- _GOAL OF THE EXERCISE_: Starting at the top of the entries below, print each line exactly until the line with "#4=PRODUCT_DEFINITION_FORMATION('','',#3);" has been printed too.

- _SUPPLIED RECORDS_:
╭──

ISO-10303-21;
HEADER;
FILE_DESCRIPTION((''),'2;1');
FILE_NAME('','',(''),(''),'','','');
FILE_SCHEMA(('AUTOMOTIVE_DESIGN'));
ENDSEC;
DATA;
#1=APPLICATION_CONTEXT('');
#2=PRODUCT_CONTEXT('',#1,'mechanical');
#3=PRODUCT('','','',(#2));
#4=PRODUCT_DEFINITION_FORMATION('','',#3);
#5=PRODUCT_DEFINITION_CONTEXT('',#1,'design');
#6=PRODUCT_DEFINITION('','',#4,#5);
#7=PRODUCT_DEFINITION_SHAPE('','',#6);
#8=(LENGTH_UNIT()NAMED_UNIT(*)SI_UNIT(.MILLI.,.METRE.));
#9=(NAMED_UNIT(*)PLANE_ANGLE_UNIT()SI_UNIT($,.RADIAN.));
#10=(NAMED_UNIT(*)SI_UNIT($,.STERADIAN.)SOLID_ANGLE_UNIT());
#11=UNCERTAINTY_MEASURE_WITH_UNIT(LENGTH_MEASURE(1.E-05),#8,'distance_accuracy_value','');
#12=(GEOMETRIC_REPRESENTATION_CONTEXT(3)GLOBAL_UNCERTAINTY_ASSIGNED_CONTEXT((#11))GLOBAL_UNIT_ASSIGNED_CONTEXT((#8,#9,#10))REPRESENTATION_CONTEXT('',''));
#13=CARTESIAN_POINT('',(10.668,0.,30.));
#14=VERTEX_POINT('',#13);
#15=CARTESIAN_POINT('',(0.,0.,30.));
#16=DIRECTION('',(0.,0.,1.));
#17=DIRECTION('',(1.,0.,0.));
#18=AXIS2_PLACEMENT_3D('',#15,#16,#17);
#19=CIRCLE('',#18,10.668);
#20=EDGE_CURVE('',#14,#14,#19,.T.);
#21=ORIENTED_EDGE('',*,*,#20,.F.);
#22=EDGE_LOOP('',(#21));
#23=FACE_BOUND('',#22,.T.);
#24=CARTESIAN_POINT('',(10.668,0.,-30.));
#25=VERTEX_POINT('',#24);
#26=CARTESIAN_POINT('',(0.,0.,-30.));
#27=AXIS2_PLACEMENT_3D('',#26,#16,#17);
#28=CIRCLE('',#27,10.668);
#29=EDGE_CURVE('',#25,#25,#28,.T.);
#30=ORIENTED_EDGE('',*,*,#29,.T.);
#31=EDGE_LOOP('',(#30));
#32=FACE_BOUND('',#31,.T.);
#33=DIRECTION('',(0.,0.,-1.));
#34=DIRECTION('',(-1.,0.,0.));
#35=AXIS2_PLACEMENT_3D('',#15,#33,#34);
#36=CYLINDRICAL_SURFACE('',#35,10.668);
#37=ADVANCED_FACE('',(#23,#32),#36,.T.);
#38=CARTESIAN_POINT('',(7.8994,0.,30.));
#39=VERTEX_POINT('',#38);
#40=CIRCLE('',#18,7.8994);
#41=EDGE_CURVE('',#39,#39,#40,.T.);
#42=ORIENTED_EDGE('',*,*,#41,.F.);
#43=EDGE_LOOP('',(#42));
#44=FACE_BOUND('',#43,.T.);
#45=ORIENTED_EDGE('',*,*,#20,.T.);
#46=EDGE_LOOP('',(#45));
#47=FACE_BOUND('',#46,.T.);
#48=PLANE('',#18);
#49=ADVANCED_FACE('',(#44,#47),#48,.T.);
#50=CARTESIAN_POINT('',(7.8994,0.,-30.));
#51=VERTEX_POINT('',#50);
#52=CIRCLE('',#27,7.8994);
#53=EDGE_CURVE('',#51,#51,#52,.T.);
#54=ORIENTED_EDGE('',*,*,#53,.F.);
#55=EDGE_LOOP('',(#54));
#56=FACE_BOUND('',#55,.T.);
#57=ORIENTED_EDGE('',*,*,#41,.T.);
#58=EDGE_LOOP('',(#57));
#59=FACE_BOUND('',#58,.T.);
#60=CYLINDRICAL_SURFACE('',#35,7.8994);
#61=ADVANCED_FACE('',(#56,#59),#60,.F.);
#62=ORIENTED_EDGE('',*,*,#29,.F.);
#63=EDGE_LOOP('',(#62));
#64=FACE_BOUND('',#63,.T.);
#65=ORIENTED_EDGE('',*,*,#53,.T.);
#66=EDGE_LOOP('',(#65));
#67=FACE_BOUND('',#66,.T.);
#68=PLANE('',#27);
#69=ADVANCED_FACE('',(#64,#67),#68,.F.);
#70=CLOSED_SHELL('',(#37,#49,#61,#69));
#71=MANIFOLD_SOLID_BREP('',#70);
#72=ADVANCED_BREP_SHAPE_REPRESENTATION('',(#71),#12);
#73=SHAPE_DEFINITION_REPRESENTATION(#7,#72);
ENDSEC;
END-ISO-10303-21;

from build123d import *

# Parameters (mm, degrees)
SKETCH1_R           = 10.668
SKETCH1_R_2         = 7.8994
EXTRUDE_THIN1_DEPTH = 30


with BuildPart() as part:
    # Sketch1 → Extrude-Thin1 (new body, symmetric)
    with BuildSketch(Plane.XY):
        Circle(SKETCH1_R)
        Circle(SKETCH1_R_2, mode=Mode.SUBTRACT)
    extrude(amount=EXTRUDE_THIN1_DEPTH, both=True)


solid = part.part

╰──

- _SOLUTION_:
ISO-10303-21;
HEADER;
FILE_DESCRIPTION((''),'2;1');
FILE_NAME('','',(''),(''),'','','');
FILE_SCHEMA(('AUTOMOTIVE_DESIGN'));
ENDSEC;
DATA;
#1=APPLICATION_CONTEXT('');
#2=PRODUCT_CONTEXT('',#1,'mechanical');
#3=PRODUCT('','','',(#2));
#4=PRODUCT_DEFINITION_FORMATION('','',#3);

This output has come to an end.